● Supplied data

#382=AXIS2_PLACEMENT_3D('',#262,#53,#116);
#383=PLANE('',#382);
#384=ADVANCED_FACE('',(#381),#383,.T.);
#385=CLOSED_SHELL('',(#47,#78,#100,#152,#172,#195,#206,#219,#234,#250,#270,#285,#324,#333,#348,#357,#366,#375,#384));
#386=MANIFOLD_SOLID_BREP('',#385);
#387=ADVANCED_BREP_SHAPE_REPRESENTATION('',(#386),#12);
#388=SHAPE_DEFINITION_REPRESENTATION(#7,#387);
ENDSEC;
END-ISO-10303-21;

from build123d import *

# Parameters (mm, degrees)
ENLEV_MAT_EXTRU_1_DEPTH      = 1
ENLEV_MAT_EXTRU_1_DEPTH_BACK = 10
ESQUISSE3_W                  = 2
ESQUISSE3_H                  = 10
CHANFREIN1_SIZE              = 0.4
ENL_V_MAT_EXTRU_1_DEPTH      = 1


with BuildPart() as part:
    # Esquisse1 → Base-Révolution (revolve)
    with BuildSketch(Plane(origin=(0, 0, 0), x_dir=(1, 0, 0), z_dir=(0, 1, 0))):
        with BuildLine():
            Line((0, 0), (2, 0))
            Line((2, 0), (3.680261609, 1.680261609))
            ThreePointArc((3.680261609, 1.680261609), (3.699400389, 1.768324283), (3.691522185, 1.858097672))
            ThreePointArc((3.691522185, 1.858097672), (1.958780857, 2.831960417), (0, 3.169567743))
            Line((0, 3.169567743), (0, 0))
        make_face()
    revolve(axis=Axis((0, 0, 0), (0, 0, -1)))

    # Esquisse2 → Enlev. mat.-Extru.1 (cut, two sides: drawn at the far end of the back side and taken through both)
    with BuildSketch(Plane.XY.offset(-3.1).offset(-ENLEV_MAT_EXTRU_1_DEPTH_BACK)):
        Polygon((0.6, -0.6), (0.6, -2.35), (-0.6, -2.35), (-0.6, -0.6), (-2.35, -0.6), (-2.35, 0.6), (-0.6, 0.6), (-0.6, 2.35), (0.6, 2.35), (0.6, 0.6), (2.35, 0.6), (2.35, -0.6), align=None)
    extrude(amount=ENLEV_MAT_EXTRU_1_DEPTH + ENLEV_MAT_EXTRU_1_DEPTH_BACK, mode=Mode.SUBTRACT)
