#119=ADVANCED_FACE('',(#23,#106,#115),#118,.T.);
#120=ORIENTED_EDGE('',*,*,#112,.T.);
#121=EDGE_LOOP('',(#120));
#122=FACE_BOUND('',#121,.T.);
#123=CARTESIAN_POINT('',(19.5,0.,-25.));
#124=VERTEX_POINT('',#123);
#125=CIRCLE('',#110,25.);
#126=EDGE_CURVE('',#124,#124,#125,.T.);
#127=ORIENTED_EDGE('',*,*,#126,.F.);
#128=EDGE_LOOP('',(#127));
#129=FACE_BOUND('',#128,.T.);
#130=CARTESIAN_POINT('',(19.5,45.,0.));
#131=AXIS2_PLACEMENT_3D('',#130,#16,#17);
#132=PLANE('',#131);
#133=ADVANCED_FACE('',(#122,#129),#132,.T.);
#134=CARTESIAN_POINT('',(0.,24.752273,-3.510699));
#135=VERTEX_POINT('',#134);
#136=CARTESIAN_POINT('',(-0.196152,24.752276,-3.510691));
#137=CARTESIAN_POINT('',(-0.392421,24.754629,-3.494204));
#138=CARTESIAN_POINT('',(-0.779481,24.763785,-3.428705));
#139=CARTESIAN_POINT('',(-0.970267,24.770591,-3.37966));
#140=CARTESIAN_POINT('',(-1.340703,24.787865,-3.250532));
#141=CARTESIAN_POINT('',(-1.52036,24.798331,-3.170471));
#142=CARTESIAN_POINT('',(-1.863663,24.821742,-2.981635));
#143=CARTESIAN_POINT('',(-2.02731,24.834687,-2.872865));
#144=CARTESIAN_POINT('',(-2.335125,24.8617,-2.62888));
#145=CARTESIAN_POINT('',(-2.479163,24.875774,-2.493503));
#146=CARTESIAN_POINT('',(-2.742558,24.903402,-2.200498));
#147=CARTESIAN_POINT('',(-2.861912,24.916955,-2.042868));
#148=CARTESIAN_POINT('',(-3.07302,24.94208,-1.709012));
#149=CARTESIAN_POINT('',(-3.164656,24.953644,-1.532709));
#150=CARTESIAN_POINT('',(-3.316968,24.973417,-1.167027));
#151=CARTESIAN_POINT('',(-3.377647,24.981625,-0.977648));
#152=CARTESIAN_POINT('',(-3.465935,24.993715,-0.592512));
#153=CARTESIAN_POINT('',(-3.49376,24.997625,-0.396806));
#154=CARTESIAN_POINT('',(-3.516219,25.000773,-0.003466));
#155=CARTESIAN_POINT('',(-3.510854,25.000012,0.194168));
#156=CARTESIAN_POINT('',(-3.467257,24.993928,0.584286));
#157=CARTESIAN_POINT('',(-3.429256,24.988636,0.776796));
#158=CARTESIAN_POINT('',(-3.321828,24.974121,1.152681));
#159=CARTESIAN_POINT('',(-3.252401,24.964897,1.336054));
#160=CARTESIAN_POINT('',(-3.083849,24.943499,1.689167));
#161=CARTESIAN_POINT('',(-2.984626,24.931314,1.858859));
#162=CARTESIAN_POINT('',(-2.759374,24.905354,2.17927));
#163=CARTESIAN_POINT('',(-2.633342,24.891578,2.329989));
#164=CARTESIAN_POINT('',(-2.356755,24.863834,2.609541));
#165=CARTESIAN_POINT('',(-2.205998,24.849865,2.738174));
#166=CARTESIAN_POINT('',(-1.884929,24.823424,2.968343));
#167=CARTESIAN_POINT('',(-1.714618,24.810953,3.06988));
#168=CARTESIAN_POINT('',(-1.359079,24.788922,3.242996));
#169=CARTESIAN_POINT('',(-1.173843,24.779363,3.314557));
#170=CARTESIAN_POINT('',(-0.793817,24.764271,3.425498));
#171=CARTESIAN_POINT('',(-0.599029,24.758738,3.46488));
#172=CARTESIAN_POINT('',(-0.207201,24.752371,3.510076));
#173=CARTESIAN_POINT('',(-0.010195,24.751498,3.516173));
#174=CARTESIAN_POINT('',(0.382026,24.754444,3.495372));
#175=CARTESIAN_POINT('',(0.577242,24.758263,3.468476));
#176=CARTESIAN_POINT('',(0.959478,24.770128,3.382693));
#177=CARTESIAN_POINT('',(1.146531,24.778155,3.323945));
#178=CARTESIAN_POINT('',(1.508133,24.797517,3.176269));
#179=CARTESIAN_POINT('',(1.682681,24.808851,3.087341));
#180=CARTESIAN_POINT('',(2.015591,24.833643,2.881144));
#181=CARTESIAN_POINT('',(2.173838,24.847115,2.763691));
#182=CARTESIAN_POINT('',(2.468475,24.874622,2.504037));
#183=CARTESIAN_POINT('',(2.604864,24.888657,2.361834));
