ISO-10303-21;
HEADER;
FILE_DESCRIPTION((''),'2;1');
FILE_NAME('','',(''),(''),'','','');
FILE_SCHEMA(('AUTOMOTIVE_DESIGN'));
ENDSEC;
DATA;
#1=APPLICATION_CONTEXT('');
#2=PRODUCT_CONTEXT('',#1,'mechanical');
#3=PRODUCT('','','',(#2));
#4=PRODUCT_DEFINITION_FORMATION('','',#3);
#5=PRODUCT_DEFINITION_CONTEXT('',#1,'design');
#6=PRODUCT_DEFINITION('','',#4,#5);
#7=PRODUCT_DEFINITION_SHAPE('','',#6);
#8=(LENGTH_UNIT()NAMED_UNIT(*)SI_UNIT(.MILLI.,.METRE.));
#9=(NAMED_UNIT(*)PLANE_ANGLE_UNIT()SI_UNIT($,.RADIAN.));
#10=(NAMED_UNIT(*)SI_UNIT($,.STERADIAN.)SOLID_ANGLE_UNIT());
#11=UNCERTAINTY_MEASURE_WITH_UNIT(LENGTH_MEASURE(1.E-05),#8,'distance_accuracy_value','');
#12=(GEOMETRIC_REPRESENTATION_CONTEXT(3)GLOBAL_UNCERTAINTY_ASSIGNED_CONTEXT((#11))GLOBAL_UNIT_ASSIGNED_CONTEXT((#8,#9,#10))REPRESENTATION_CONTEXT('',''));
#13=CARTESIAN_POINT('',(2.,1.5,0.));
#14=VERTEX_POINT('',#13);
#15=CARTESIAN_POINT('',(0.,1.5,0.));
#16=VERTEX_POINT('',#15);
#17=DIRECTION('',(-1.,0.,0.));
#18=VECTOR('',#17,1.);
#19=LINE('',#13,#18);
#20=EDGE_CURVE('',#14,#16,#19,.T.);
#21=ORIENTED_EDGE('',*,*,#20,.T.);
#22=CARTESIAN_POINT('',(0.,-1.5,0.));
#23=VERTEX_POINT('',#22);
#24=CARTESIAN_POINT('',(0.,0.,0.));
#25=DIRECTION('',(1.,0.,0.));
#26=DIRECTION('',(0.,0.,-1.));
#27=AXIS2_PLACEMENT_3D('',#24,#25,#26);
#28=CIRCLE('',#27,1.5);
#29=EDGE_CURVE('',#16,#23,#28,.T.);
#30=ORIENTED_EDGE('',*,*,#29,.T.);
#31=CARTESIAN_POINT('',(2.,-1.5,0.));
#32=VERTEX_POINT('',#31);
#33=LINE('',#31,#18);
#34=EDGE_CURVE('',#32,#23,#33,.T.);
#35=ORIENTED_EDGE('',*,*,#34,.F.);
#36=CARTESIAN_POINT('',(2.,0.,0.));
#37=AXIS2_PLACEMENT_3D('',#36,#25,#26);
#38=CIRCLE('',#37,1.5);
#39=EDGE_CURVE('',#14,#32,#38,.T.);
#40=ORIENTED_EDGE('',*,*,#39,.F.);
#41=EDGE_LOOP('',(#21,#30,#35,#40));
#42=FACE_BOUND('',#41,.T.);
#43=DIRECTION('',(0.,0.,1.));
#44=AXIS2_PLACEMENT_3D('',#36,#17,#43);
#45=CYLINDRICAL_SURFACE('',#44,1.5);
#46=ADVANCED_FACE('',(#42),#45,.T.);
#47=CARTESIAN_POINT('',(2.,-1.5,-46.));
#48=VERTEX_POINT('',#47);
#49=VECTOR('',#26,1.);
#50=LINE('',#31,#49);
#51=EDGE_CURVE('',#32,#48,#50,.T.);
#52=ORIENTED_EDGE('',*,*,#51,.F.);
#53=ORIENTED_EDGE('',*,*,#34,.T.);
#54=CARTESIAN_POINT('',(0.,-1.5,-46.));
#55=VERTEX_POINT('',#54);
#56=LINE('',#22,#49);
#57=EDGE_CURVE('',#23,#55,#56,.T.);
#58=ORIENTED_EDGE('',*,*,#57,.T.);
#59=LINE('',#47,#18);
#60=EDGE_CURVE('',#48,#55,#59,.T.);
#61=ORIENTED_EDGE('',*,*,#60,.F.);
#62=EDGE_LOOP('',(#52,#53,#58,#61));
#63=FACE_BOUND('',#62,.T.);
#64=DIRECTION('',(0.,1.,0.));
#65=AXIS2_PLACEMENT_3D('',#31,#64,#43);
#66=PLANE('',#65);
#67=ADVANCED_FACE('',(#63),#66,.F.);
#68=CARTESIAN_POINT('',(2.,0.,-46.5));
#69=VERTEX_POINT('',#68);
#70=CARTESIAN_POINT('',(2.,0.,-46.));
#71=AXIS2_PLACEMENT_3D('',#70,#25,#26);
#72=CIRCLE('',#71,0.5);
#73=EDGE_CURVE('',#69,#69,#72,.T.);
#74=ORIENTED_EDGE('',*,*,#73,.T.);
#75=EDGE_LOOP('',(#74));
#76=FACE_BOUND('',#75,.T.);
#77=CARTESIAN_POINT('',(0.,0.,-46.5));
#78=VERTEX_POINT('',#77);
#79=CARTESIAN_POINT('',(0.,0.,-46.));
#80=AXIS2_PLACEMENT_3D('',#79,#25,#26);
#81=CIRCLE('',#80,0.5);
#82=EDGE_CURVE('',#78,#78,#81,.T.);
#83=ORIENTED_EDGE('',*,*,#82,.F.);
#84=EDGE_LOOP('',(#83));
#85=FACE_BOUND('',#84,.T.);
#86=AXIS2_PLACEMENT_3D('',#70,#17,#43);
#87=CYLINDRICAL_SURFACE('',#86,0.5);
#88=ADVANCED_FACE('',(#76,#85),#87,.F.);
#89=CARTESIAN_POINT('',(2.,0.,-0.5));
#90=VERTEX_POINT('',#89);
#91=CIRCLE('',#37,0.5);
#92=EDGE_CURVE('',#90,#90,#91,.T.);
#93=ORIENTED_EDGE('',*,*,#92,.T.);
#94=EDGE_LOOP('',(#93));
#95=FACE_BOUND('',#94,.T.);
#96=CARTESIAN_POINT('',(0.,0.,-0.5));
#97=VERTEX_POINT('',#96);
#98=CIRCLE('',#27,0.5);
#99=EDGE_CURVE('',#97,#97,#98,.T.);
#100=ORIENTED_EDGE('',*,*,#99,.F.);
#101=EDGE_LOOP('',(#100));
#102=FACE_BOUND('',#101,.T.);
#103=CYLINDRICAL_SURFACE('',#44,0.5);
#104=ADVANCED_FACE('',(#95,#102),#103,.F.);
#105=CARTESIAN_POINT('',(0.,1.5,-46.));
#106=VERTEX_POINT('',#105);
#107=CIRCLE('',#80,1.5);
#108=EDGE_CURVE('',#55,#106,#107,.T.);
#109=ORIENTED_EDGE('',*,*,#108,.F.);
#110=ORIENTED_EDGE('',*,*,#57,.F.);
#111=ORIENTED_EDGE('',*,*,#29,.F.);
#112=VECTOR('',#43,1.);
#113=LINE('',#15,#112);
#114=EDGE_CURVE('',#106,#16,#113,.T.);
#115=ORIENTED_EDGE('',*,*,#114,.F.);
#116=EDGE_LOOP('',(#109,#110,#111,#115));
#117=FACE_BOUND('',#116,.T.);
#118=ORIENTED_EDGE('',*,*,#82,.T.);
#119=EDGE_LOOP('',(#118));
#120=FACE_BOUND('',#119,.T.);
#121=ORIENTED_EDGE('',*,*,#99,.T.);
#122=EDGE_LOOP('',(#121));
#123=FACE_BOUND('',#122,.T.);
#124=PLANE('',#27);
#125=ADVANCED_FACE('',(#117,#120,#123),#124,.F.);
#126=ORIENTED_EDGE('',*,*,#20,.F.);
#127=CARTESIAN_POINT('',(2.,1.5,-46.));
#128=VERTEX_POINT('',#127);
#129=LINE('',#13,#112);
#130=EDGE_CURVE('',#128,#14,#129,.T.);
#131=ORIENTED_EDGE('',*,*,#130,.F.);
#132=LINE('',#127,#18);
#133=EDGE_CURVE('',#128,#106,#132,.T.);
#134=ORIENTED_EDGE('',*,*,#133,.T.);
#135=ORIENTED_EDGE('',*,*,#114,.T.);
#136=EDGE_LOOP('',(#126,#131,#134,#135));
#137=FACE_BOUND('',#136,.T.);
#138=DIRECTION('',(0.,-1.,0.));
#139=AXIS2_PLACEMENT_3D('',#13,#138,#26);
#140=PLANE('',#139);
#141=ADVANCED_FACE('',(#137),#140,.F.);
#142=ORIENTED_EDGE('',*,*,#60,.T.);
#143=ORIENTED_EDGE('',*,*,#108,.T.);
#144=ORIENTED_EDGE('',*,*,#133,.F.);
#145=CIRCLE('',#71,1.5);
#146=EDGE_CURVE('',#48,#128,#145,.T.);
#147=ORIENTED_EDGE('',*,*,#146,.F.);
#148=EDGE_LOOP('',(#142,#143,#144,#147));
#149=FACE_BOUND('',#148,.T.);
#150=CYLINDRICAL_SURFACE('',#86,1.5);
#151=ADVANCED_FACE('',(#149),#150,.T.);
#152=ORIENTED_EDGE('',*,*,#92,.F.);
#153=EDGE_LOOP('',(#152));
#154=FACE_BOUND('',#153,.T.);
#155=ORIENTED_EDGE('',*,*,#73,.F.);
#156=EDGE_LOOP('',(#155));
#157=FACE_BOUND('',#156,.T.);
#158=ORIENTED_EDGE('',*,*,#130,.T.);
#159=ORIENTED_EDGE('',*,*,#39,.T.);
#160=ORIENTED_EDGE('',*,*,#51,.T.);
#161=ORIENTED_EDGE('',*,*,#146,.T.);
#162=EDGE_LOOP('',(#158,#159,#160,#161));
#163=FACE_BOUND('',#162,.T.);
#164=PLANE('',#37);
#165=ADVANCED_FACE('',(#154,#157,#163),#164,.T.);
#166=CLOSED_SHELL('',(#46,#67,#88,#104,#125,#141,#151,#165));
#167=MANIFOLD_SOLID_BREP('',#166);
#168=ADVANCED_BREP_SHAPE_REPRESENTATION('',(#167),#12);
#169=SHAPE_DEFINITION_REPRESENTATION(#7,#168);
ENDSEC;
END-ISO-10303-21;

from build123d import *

# Parameters (mm, degrees)
SKETCH_1_R      = 0.5
EXTRUDE_1_DEPTH = 2


with BuildPart() as part:
    # 草图1 → 凸台-拉伸1 (new body)
    with BuildSketch(Plane(origin=(0, 0, 0), x_dir=(0, 0, -1), z_dir=(1, 0, 0))):
        with BuildLine():
            Line((0, 1.5), (46, 1.5))
            ThreePointArc((46, 1.5), (47.5, 0), (46, -1.5))
            Line((46, -1.5), (0, -1.5))
            ThreePointArc((0, -1.5), (-1.5, 0), (0, 1.5))
        make_face()
        Circle(SKETCH_1_R, mode=Mode.SUBTRACT)
        with Locations((46, 0)):
            Circle(SKETCH_1_R, mode=Mode.SUBTRACT)
    extrude(amount=EXTRUDE_1_DEPTH)


solid = part.part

● Work instructions
Referring to the material above, set down exactly the lines between the line with "#120=ORIENTED_EDGE('',*,*,#112,.T.);" and the line with "#126=EDGE_CURVE('',#124,#124,#125,.T.);", inclusive, and no other lines.

● Answer to this exercise
#120=ORIENTED_EDGE('',*,*,#112,.T.);
#121=EDGE_LOOP('',(#120));
#122=FACE_BOUND('',#121,.T.);
#123=CARTESIAN_POINT('',(19.5,0.,-25.));
#124=VERTEX_POINT('',#123);
#125=CIRCLE('',#110,25.);
#126=EDGE_CURVE('',#124,#124,#125,.T.);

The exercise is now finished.